Ele reconhecia as limitações de suas próprias realizações. “Não estou dizendo que já obtive tudo isso, que já alcancei a perfeição. Mas prossigo a fim de conquistar essa perfeição para a qual Cristo Jesus me conquistou” (Filipenses 3:12). Mas, ao invés de abatê-lo moralmente, essas constatações o impulsionavam para aquilo que estava diante dele.

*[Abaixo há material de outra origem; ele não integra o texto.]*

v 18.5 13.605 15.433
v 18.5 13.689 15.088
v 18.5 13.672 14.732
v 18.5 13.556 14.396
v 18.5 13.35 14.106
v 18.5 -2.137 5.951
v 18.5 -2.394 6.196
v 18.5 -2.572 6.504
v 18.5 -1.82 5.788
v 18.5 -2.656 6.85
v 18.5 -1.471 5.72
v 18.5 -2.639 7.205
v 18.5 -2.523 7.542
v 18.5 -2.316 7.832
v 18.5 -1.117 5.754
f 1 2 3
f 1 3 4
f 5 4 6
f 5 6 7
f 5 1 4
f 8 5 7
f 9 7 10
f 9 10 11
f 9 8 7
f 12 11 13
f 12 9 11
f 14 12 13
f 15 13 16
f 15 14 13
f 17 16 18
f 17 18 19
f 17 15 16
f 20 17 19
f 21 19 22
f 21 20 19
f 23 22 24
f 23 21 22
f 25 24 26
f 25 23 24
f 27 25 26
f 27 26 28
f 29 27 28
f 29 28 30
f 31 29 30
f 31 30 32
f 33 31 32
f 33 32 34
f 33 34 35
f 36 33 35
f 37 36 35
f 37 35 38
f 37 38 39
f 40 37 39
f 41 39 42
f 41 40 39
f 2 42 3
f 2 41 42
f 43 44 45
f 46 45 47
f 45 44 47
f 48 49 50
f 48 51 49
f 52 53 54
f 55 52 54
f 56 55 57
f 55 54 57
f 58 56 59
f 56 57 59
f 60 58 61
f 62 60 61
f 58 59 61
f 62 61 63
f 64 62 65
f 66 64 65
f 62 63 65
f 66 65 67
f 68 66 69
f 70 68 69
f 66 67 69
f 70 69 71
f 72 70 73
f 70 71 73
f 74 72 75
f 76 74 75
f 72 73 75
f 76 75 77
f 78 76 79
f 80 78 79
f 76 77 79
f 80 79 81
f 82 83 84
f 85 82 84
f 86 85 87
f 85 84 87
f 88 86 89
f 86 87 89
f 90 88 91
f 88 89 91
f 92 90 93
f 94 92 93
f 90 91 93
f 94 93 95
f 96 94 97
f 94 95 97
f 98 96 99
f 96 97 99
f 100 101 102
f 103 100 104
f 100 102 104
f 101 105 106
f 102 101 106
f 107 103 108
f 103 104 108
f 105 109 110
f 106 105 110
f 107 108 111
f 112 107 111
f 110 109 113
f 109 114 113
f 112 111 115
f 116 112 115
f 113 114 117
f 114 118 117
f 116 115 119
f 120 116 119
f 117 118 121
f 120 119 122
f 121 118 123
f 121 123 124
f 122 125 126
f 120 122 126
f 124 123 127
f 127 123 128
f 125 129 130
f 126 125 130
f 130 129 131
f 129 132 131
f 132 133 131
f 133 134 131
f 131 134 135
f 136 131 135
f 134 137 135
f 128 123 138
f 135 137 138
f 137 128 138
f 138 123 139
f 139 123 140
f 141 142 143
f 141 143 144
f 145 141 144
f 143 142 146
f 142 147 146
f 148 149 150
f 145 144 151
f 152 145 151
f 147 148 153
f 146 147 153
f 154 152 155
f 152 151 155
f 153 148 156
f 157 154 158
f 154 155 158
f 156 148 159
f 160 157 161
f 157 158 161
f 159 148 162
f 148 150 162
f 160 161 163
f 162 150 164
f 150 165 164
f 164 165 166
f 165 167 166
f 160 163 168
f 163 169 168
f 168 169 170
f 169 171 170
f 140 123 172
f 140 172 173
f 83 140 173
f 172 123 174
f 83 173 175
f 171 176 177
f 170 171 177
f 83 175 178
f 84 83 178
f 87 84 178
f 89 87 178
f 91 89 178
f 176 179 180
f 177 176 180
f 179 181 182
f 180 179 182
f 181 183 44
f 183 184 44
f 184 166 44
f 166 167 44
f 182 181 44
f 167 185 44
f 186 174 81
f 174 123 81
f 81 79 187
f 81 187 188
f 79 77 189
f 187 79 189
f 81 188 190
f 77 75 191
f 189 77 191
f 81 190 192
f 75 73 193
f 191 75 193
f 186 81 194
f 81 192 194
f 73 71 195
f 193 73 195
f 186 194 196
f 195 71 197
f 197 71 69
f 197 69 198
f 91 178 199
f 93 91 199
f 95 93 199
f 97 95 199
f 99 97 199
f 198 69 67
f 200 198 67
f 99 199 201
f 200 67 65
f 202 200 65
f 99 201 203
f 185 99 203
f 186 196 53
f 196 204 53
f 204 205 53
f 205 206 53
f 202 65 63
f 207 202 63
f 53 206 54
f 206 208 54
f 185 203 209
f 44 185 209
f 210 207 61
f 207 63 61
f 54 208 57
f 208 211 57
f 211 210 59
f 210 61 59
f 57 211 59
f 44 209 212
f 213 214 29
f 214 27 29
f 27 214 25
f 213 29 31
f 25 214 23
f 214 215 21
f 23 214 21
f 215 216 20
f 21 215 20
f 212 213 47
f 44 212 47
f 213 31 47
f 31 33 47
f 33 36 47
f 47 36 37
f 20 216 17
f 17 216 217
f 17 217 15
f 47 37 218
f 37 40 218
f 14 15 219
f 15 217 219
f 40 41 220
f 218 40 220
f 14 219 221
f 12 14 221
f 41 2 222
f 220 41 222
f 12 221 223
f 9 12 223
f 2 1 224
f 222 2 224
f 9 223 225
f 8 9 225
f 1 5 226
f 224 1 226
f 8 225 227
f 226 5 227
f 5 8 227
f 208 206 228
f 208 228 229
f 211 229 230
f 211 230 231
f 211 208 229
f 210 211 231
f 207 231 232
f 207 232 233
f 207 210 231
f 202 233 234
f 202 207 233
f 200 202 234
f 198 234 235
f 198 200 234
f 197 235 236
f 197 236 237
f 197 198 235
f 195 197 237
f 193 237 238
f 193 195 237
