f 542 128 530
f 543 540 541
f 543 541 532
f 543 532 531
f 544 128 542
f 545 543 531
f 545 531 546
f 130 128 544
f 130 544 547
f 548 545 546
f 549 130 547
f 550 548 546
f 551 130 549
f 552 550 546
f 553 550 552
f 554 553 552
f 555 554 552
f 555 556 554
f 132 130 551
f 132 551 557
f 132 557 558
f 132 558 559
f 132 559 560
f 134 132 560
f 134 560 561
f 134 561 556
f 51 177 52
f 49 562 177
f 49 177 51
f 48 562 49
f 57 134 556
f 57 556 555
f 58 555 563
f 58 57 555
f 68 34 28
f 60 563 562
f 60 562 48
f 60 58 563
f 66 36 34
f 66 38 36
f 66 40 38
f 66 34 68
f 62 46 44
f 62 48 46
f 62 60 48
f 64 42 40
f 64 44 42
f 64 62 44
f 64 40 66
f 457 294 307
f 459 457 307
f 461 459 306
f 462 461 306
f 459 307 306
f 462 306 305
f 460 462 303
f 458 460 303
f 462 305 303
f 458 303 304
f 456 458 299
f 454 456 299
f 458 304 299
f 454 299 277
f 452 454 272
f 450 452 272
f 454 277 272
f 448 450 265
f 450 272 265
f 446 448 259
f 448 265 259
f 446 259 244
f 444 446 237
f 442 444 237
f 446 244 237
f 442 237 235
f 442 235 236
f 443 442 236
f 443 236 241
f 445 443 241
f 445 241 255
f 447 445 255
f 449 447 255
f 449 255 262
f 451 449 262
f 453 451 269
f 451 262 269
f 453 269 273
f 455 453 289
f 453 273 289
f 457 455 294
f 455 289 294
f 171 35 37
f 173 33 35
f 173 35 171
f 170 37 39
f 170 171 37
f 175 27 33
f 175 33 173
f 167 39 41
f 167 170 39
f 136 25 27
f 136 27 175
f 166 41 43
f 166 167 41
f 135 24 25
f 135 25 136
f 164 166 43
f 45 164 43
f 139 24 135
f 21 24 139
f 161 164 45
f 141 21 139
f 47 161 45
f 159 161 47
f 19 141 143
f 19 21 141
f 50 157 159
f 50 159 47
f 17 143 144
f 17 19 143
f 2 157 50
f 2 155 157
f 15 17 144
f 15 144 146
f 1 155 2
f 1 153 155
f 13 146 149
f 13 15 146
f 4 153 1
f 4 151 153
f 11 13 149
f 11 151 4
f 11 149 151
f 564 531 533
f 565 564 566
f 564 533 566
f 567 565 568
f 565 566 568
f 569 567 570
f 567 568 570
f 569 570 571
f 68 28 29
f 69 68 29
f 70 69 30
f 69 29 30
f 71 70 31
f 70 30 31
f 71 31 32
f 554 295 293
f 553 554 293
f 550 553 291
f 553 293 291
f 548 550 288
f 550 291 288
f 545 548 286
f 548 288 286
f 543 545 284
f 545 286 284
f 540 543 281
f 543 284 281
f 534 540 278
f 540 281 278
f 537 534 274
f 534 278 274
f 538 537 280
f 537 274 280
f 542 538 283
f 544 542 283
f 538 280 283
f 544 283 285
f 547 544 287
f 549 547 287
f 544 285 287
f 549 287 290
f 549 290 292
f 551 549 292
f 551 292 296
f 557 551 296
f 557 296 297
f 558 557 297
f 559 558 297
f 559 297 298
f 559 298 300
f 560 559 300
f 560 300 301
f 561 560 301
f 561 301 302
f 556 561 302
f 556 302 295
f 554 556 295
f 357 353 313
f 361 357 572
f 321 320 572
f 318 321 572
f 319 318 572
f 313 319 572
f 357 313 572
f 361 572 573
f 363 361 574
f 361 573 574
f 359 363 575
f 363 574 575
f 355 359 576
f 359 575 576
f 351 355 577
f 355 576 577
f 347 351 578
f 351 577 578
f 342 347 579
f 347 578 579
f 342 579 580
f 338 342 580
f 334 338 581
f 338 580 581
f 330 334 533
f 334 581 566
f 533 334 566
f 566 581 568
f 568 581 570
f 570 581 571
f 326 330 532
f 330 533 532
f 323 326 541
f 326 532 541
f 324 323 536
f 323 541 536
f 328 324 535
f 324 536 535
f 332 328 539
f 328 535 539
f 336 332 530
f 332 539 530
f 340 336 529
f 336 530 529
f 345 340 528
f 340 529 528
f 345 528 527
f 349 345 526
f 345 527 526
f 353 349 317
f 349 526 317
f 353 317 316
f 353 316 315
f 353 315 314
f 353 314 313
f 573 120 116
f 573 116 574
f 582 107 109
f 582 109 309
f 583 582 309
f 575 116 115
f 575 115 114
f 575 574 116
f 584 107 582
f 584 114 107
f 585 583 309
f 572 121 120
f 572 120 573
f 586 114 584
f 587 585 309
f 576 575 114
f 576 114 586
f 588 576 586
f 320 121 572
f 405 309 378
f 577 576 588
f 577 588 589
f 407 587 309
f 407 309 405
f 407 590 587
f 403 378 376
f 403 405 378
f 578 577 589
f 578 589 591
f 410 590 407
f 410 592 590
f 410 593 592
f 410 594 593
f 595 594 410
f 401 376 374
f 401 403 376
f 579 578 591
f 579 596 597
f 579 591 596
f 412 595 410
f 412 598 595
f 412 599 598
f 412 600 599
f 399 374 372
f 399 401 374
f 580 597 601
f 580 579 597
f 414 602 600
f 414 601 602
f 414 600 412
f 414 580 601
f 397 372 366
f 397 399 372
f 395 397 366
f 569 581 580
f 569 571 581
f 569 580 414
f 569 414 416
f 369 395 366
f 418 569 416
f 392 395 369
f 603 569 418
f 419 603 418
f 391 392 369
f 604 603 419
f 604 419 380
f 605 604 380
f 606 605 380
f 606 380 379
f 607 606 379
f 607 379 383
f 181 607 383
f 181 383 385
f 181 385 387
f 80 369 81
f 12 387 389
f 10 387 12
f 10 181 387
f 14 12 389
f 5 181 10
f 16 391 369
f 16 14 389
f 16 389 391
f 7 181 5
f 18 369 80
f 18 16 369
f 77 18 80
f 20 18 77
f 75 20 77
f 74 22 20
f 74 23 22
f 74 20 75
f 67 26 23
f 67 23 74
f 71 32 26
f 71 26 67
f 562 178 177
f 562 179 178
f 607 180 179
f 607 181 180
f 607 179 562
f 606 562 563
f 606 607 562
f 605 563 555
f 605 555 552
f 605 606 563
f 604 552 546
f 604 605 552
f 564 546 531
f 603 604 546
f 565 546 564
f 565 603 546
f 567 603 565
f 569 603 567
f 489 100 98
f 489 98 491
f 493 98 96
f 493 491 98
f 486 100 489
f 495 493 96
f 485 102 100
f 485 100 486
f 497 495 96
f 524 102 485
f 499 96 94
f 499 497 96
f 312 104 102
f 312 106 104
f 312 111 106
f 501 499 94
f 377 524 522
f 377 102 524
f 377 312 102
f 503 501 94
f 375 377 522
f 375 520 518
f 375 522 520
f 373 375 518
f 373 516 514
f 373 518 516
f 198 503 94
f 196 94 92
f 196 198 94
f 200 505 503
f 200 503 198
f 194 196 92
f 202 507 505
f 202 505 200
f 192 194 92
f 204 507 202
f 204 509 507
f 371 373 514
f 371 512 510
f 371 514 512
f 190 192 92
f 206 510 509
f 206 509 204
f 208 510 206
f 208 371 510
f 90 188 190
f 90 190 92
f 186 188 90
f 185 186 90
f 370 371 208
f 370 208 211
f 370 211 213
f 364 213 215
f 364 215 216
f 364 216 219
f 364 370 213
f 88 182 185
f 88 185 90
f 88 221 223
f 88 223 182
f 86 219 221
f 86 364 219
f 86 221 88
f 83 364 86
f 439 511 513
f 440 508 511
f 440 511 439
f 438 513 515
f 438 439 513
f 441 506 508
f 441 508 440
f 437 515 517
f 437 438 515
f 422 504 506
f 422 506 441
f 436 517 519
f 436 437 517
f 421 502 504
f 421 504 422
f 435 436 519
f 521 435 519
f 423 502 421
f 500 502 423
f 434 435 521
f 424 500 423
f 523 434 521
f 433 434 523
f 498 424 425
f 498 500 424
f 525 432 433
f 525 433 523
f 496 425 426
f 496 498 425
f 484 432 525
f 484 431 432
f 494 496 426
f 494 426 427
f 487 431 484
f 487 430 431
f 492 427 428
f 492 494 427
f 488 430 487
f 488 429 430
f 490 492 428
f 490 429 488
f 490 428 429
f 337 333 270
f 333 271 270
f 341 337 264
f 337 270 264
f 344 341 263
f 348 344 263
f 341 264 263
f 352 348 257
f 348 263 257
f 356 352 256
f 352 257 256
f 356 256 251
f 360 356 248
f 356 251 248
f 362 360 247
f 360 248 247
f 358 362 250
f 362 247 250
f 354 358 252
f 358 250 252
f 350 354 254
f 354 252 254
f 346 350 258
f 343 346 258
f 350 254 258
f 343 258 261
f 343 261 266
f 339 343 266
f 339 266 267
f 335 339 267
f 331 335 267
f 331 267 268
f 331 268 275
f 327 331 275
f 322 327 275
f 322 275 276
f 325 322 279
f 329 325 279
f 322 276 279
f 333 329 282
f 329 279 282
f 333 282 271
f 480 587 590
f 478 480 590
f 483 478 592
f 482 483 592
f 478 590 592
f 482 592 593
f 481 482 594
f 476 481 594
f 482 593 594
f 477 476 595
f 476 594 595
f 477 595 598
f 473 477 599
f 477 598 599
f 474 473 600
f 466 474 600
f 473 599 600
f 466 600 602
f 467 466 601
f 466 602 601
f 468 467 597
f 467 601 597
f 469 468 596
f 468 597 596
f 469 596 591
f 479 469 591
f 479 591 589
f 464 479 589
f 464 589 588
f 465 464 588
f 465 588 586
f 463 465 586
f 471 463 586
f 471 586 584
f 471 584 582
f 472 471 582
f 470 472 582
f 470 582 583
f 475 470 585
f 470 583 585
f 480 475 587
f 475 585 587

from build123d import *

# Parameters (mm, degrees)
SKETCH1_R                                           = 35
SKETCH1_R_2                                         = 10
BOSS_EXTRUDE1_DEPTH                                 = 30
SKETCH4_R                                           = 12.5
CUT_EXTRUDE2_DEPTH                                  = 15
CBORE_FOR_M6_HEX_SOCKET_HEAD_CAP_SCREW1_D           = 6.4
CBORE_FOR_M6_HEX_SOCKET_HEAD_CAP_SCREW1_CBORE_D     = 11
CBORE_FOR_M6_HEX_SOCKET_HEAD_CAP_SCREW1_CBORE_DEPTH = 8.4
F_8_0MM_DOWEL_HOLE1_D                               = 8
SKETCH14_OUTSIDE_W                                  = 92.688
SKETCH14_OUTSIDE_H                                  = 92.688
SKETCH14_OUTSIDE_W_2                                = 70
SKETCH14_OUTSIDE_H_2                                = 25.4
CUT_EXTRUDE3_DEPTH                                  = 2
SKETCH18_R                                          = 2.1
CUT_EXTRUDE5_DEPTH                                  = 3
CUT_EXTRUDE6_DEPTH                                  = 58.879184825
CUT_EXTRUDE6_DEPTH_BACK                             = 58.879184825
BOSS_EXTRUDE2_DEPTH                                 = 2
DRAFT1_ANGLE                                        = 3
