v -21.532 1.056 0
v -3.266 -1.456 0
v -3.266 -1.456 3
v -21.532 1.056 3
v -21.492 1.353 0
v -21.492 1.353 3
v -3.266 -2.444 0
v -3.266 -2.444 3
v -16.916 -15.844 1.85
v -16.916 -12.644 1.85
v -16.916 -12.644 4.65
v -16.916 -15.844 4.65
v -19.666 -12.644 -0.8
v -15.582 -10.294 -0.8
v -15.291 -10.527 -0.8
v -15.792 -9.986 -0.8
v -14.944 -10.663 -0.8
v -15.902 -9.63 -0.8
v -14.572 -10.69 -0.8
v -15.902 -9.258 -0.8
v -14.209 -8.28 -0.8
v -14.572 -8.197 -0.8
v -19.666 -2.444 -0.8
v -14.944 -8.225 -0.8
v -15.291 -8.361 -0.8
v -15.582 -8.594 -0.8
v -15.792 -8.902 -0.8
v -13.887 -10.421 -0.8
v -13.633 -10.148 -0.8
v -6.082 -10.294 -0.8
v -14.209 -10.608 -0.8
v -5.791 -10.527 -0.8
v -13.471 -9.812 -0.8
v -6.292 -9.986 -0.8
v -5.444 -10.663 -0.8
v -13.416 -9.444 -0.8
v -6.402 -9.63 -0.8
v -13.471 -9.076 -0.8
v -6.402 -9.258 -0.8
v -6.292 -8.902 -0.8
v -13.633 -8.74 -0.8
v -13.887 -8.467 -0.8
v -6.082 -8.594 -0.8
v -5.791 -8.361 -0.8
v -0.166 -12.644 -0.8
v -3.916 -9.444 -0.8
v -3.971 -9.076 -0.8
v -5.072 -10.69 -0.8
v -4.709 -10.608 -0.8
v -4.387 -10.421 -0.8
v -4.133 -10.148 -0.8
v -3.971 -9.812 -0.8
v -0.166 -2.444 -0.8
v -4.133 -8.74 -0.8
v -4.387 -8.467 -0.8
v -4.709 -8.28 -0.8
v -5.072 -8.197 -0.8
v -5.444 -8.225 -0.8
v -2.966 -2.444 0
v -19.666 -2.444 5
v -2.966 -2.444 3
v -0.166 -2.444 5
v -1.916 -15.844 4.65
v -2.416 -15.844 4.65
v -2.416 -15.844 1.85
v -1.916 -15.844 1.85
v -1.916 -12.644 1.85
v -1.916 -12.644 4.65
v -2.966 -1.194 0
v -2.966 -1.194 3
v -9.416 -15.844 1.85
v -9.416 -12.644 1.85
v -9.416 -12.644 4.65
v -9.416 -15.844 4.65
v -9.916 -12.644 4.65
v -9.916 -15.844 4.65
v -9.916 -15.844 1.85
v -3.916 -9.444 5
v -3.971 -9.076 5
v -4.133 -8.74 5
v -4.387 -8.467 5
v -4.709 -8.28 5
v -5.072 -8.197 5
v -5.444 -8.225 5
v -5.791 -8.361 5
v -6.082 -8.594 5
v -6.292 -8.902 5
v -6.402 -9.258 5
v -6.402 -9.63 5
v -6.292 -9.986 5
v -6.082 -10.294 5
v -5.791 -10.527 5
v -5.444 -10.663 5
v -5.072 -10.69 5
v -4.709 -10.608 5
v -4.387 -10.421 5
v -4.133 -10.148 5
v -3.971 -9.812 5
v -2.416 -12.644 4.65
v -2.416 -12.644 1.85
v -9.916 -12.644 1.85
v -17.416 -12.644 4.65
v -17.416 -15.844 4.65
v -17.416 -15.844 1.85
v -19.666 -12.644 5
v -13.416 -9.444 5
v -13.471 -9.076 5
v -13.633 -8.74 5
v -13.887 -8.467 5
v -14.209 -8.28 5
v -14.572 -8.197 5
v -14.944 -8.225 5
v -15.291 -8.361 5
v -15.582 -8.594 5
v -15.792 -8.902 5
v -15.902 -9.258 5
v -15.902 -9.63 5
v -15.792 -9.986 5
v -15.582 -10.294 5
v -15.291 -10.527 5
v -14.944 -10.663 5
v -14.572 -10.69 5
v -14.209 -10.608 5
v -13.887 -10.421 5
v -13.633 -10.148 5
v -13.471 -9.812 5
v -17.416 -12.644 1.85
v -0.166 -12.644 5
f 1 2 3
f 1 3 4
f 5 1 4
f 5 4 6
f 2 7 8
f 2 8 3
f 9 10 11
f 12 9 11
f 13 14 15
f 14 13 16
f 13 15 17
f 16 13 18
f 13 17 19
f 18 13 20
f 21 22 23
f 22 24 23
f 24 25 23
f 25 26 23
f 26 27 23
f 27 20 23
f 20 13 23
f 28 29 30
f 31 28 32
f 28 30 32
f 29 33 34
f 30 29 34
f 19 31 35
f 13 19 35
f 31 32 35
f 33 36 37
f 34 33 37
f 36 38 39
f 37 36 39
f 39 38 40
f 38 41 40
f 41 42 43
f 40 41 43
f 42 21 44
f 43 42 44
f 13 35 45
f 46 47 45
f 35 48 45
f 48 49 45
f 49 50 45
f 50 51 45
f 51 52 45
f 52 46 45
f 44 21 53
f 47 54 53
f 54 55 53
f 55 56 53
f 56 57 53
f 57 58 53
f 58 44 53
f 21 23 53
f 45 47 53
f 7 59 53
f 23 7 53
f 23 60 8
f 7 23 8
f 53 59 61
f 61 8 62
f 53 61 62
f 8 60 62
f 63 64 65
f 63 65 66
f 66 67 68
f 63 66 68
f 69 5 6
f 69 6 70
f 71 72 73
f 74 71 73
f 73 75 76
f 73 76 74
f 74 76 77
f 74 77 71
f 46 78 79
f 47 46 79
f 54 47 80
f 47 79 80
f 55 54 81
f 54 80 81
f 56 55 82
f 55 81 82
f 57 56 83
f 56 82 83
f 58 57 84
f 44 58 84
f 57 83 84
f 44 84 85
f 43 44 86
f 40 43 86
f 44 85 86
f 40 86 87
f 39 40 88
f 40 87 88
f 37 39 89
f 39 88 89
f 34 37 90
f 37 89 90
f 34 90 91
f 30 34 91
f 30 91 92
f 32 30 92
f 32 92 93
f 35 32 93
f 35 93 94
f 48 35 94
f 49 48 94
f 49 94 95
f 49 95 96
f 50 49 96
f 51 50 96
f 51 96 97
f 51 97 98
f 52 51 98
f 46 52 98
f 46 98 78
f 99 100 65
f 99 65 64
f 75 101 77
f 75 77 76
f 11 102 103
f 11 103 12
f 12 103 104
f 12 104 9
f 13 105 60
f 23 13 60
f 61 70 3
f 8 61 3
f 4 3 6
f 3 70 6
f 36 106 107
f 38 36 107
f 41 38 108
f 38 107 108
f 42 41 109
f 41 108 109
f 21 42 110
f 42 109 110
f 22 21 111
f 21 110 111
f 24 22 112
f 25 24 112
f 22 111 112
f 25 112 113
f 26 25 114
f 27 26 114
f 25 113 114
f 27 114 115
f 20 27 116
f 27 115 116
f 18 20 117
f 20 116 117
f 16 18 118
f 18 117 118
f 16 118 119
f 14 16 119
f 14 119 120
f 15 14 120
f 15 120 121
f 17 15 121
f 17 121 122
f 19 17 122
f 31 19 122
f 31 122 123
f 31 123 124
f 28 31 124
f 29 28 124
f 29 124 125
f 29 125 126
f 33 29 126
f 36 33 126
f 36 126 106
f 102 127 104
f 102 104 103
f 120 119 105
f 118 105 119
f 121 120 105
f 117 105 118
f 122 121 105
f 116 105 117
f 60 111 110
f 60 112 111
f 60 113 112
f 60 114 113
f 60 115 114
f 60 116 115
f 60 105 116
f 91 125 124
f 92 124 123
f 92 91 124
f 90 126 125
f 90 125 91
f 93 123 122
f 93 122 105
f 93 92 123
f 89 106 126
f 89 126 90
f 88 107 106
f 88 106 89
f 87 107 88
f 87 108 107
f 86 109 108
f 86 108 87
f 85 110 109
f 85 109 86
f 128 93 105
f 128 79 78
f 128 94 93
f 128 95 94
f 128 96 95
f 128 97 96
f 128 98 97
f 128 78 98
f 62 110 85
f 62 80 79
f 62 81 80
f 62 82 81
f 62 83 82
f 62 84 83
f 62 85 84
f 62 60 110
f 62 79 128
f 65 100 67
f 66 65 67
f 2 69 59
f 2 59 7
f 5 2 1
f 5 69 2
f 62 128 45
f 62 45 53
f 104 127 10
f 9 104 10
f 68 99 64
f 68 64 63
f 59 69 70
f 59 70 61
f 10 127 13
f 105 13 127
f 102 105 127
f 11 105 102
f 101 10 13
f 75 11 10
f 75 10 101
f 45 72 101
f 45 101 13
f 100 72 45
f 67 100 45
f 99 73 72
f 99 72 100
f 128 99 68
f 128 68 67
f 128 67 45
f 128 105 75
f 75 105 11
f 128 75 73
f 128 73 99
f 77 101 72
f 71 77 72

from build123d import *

# Parameters (mm, degrees)
SKETCH1_W                      = 19.5
SKETCH1_H                      = 10.2
BOSS_EXTRUDE1_DEPTH            = 5.8
SKETCH4_W                      = 0.5
SKETCH4_H                      = 2.8
BOSS_EXTRUDE4_DEPTH            = 3.2
SKETCH5_W                      = 0.5
SKETCH5_H                      = 2.8
BOSS_EXTRUDE5_DEPTH            = 3.2
SKETCH6_W                      = 0.5
SKETCH6_H                      = 2.8
BOSS_EXTRUDE6_DEPTH            = 3.2
F_2_5_2_5_DIAMETER_HOLE1_D     = 2.5
F_2_5_2_5_DIAMETER_HOLE1_DEPTH = 10
F_2_5_2_5_DIAMETER_HOLE1_TIP   = 0.751075774
BOSS_EXTRUDE7_DEPTH            = 3


with BuildPart() as part:
    # Sketch1 → Boss-Extrude1 (new body)
    with BuildSketch(Plane.XY.offset(5)):
        with Locations((-9.915879305, -7.543983402)):
            Rectangle(SKETCH1_W, SKETCH1_H)
    extrude(amount=-BOSS_EXTRUDE1_DEPTH)

    # Sketch4 → Boss-Extrude4 (add)
    with BuildSketch(Plane.XZ.offset(12.643983402)):
        with Locations((-9.665879305, 3.25)):
            Rectangle(SKETCH4_W, SKETCH4_H)
    extrude(amount=BOSS_EXTRUDE4_DEPTH)

    # Sketch5 → Boss-Extrude5 (add)
    with BuildSketch(Plane.XZ.offset(12.643983402)):
        with Locations((-17.165879305, 3.25)):
            Rectangle(SKETCH5_W, SKETCH5_H)
    extrude(amount=BOSS_EXTRUDE5_DEPTH)

    # Sketch6 → Boss-Extrude6 (add)
    with BuildSketch(Plane.XZ.offset(12.643983402)):
        with Locations((-2.165879305, 3.25)):
            Rectangle(SKETCH6_W, SKETCH6_H)
    extrude(amount=BOSS_EXTRUDE6_DEPTH)

    # Ø2.5 (2.5) Diameter Hole1
    with Locations(Plane(origin=(0, 0, -0.8), x_dir=(-1, 0, 0), z_dir=(0, 0, -1))):
        with Locations((14.665879305, -9.443983402), (5.165879305, -9.443983402)):
            Hole(F_2_5_2_5_DIAMETER_HOLE1_D / 2, depth=F_2_5_2_5_DIAMETER_HOLE1_DEPTH)
            with Locations((0, 0, -(F_2_5_2_5_DIAMETER_HOLE1_DEPTH + F_2_5_2_5_DIAMETER_HOLE1_TIP / 2))):  # 118° drill point
                Cone(0, F_2_5_2_5_DIAMETER_HOLE1_D / 2, F_2_5_2_5_DIAMETER_HOLE1_TIP, mode=Mode.SUBTRACT)

    # Sketch9 → Boss-Extrude7 (add)
    with BuildSketch(Plane.XY):
        Polygon((-2.965879305, -1.193983402), (-2.965879305, -2.443983402), (-3.265879305, -2.443983402), (-3.265879305, -1.455557189), (-21.532448725, 1.056016598), (-21.491584492, 1.353220424), align=None)
    extrude(amount=BOSS_EXTRUDE7_DEPTH)


solid = part.part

  1. Apesar de toda essa modesta (mas saudável) autoavaliação, Paulo ousadamente exorta os coríntios: “Portanto, suplico-lhes que sejam meus imitadores” (1 Coríntios 4:16).
  2. Porém, mais adiante na epístola, ele adiciona uma cláusula importante: “Sejam meus imitadores, como eu sou imitador de Cristo” (1 Coríntios 11:1 – ênfase adicionada).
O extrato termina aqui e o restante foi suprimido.